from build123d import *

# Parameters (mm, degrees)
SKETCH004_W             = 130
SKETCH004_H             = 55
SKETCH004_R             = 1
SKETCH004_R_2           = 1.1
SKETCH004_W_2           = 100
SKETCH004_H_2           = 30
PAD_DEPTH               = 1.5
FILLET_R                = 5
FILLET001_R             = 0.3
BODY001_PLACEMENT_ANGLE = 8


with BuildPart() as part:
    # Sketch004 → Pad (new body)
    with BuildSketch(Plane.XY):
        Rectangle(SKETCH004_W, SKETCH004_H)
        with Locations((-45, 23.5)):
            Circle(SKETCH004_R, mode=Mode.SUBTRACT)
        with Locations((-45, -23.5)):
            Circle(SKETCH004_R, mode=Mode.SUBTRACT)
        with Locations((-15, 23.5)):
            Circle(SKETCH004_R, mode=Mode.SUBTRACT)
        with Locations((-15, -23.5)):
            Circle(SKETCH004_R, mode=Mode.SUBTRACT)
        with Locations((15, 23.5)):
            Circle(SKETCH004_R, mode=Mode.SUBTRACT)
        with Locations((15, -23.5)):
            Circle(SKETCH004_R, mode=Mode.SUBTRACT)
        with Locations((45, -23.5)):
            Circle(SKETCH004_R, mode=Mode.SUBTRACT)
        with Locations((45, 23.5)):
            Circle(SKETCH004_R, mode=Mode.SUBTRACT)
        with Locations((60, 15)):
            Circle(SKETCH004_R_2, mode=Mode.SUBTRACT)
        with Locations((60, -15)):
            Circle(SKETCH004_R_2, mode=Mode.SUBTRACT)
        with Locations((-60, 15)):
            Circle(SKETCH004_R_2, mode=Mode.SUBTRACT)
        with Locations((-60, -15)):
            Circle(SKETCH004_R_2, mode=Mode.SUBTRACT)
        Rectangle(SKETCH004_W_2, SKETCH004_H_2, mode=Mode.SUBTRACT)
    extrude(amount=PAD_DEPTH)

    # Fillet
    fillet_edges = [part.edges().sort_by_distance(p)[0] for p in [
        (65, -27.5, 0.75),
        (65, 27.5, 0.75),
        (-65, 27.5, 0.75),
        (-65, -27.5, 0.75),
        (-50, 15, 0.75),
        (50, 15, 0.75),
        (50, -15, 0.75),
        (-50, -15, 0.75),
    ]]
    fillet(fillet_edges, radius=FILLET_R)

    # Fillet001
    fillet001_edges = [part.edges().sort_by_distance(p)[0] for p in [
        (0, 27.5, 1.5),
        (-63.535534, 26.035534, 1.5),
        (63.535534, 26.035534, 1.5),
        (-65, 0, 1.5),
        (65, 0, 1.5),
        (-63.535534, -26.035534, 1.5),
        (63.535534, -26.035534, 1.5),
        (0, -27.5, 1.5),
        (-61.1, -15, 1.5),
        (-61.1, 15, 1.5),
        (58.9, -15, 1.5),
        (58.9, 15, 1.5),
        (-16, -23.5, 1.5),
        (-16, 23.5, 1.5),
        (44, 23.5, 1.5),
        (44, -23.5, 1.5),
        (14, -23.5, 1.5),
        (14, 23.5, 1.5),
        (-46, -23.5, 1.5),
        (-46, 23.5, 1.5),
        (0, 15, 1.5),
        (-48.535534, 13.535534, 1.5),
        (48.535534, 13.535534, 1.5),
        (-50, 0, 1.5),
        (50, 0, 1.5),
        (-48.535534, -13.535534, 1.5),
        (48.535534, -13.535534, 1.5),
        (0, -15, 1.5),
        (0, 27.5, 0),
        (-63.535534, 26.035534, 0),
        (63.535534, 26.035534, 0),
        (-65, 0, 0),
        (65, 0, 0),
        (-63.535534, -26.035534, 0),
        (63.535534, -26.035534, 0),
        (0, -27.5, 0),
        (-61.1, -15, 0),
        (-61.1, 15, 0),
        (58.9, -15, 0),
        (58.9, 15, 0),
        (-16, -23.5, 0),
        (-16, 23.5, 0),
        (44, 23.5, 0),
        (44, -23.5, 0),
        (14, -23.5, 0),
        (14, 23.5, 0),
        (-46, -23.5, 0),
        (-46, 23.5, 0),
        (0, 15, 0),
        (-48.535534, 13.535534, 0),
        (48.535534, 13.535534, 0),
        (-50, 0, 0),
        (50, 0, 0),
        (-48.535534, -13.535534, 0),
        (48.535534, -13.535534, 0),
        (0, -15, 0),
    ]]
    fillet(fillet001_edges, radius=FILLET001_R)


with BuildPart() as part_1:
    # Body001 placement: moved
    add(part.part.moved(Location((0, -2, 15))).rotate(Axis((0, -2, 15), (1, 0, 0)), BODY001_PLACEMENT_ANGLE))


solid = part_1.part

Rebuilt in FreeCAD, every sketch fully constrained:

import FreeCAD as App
import Part
import Sketcher
from FreeCAD import Vector
Q = App.Units.Quantity


def edges_at(feature, points):
    """Names of the edges that pass closest to the given points."""
    edges = feature.Shape.Edges
    near = lambda p: min(range(len(edges)), key=lambda i: edges[i].distToShape(Part.Vertex(*p))[0])
    return sorted({f"Edge{near(p) + 1}" for p in points})


def add_polygon(sketch, points):
    """Adds a closed chain of lines whose ends are joined by coincident constraints."""
    first, n = sketch.GeometryCount, len(points)
    for a, b in zip(points, points[1:] + points[:1]):
        sketch.addGeometry(Part.LineSegment(App.Vector(*a, 0), App.Vector(*b, 0)), False)
    for i in range(n):
        sketch.addConstraint(Sketcher.Constraint("Coincident", first + i, 2, first + (i + 1) % n, 1))

doc = App.newDocument("Part")
body = doc.addObject("PartDesign::Body", "Body")

# Sketch on XY plane
sketch1 = doc.addObject("Sketcher::SketchObject", "Sketch")
body.addObject(sketch1)
sketch1.AttachmentSupport = (doc.XY_Plane, [""])
sketch1.MapMode = "FlatFace"
add_polygon(sketch1, [(-65, 27.5), (-65, -27.5), (65, -27.5), (65, 27.5)])  # lines 0-3
sketch1.addGeometry(Part.Circle(Vector(-45, -23.5, 0), Vector(0, 0, 1), 1), False)  # 4
sketch1.addGeometry(Part.Circle(Vector(-60, -15, 0), Vector(0, 0, 1), 1.1), False)  # 5
sketch1.addGeometry(Part.Circle(Vector(-15, -23.5, 0), Vector(0, 0, 1), 1), False)  # 6
sketch1.addGeometry(Part.Circle(Vector(15, -23.5, 0), Vector(0, 0, 1), 1), False)  # 7
sketch1.addGeometry(Part.Circle(Vector(45, -23.5, 0), Vector(0, 0, 1), 1), False)  # 8
sketch1.addGeometry(Part.Circle(Vector(60, -15, 0), Vector(0, 0, 1), 1.1), False)  # 9
add_polygon(sketch1, [(50, -15), (-50, -15), (-50, 15), (50, 15)])  # lines 10-13
sketch1.addGeometry(Part.Circle(Vector(-60, 15, 0), Vector(0, 0, 1), 1.1), False)  # 14
sketch1.addGeometry(Part.Circle(Vector(-45, 23.5, 0), Vector(0, 0, 1), 1), False)  # 15
sketch1.addGeometry(Part.Circle(Vector(-15, 23.5, 0), Vector(0, 0, 1), 1), False)  # 16
sketch1.addGeometry(Part.Circle(Vector(15, 23.5, 0), Vector(0, 0, 1), 1), False)  # 17
sketch1.addGeometry(Part.Circle(Vector(60, 15, 0), Vector(0, 0, 1), 1.1), False)  # 18
sketch1.addGeometry(Part.Circle(Vector(45, 23.5, 0), Vector(0, 0, 1), 1), False)  # 19
sketch1.addConstraint([
    Sketcher.Constraint("Vertical", 0),
    Sketcher.Constraint("Horizontal", 1),
    Sketcher.Constraint("Vertical", 2),
    Sketcher.Constraint("Horizontal", 3),
    Sketcher.Constraint("Horizontal", 10),
    Sketcher.Constraint("Vertical", 11),
    Sketcher.Constraint("Horizontal", 12),
    Sketcher.Constraint("Vertical", 13),
    Sketcher.Constraint("Equal", 4, 6),
    Sketcher.Constraint("Equal", 6, 7),
    Sketcher.Constraint("Equal", 7, 8),
    Sketcher.Constraint("Equal", 5, 9),
    Sketcher.Constraint("Equal", 9, 14),
    Sketcher.Constraint("Equal", 8, 15),
    Sketcher.Constraint("Equal", 15, 16),
    Sketcher.Constraint("Equal", 16, 17),
    Sketcher.Constraint("Equal", 14, 18),
    Sketcher.Constraint("Equal", 17, 19),
    Sketcher.Constraint("Symmetric", 9, 3, 14, 3, -1, 1),
    Sketcher.Constraint("Symmetric", 8, 3, 15, 3, -1, 1),
    Sketcher.Constraint("Symmetric", 7, 3, 16, 3, -1, 1),
    Sketcher.Constraint("Symmetric", 6, 3, 17, 3, -1, 1),
    Sketcher.Constraint("Symmetric", 5, 3, 18, 3, -1, 1),
    Sketcher.Constraint("Symmetric", 4, 3, 19, 3, -1, 1),
    Sketcher.Constraint("Symmetric", 0, 2, 2, 2, -1, 1),
    Sketcher.Constraint("Symmetric", 10, 2, 12, 2, -1, 1),
    Sketcher.Constraint("Symmetric", 6, 3, 7, 3, -2),
    Sketcher.Constraint("Symmetric", 4, 3, 8, 3, -2),
    Sketcher.Constraint("Symmetric", 5, 3, 9, 3, -2),
    Sketcher.Constraint("Horizontal", 4, 3, 6, 3),
    Sketcher.Constraint("Horizontal", 9, 3, 10, 2),
    Sketcher.Constraint("Diameter", 4, Q("2 mm")),
    Sketcher.Constraint("Diameter", 5, Q("2.2 mm")),
    Sketcher.Constraint("DistanceX", 1, 1, 1, 2, Q("130 mm")),
    Sketcher.Constraint("DistanceX", 10, 2, 10, 1, Q("100 mm")),
    Sketcher.Constraint("DistanceY", 0, 2, 0, 1, Q("55 mm")),
    Sketcher.Constraint("DistanceY", 11, 1, 11, 2, Q("30 mm")),
    Sketcher.Constraint("DistanceX", 4, 3, -1, 1, Q("45 mm")),
    Sketcher.Constraint("DistanceX", 5, 3, -1, 1, Q("60 mm")),
    Sketcher.Constraint("DistanceX", 6, 3, -1, 1, Q("15 mm")),
    Sketcher.Constraint("DistanceY", 4, 3, 15, 3, Q("47 mm")),
])
pad1 = doc.addObject("PartDesign::Pad", "Pad")
body.addObject(pad1)
pad1.Profile = sketch1
pad1.Length = 1.5
doc.recompute()

fillet = doc.addObject("PartDesign::Fillet", "Fillet")
body.addObject(fillet)
fillet.Base = (pad1, edges_at(pad1, [
    (65, -27.5, 0.75),
    (65, 27.5, 0.75),
    (-65, 27.5, 0.75),
    (-65, -27.5, 0.75),
    (-50, 15, 0.75),
    (50, 15, 0.75),
    (50, -15, 0.75),
    (-50, -15, 0.75),
]))
fillet.Radius = 5
doc.recompute()

fillet2 = doc.addObject("PartDesign::Fillet", "Fillet001")
body.addObject(fillet2)
fillet2.Base = (fillet, edges_at(fillet, [
    (0, 27.5, 1.5),
    (-63.536, 26.036, 1.5),
    (63.536, 26.036, 1.5),
    (-65, 0, 1.5),
    (65, 0, 1.5),
    (-63.536, -26.036, 1.5),
    (63.536, -26.036, 1.5),
    (0, -27.5, 1.5),
    (-61.1, -15, 1.5),
    (-61.1, 15, 1.5),
    (58.9, -15, 1.5),
    (58.9, 15, 1.5),
    (-16, -23.5, 1.5),
    (-16, 23.5, 1.5),
    (44, 23.5, 1.5),
    (44, -23.5, 1.5),
    (14, -23.5, 1.5),
    (14, 23.5, 1.5),
    (-46, -23.5, 1.5),
    (-46, 23.5, 1.5),
    (0, 15, 1.5),
    (-48.536, 13.536, 1.5),
    (48.536, 13.536, 1.5),
    (-50, 0, 1.5),
    (50, 0, 1.5),
    (-48.536, -13.536, 1.5),
    (48.536, -13.536, 1.5),
    (0, -15, 1.5),
    (0, 27.5, 0),
    (-63.536, 26.036, 0),
    (63.536, 26.036, 0),
    (-65, 0, 0),
    (65, 0, 0),
    (-63.536, -26.036, 0),
    (63.536, -26.036, 0),
    (0, -27.5, 0),
    (-61.1, -15, 0),
    (-61.1, 15, 0),
    (58.9, -15, 0),
    (58.9, 15, 0),
    (-16, -23.5, 0),
    (-16, 23.5, 0),
    (44, 23.5, 0),
    (44, -23.5, 0),
    (14, -23.5, 0),
    (14, 23.5, 0),
    (-46, -23.5, 0),
    (-46, 23.5, 0),
    (0, 15, 0),
    (-48.536, 13.536, 0),
    (48.536, 13.536, 0),
    (-50, 0, 0),
    (50, 0, 0),
    (-48.536, -13.536, 0),
    (48.536, -13.536, 0),
    (0, -15, 0),
]))
fillet2.Radius = 0.3
body2 = doc.addObject("PartDesign::Body", "Body001")
doc.recompute()

body.Placement = App.Placement(Vector(0, -2, 15), App.Rotation(Vector(1, 0, 0), 8))
boolean = doc.addObject("PartDesign::Boolean", "Boolean")
body2.addObject(boolean)
boolean.Type = "Fuse"
boolean.addObjects([body])

doc.recompute()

******

◆ **EXERCISE AIM**: Every line containing the string "moved" is required; copy each such line from the data.

◆ **TASK SOLUTION**:
    # Body001 placement: moved
    add(part.part.moved(Location((0, -2, 15))).rotate(Axis((0, -2, 15), (1, 0, 0)), BODY001_PLACEMENT_ANGLE))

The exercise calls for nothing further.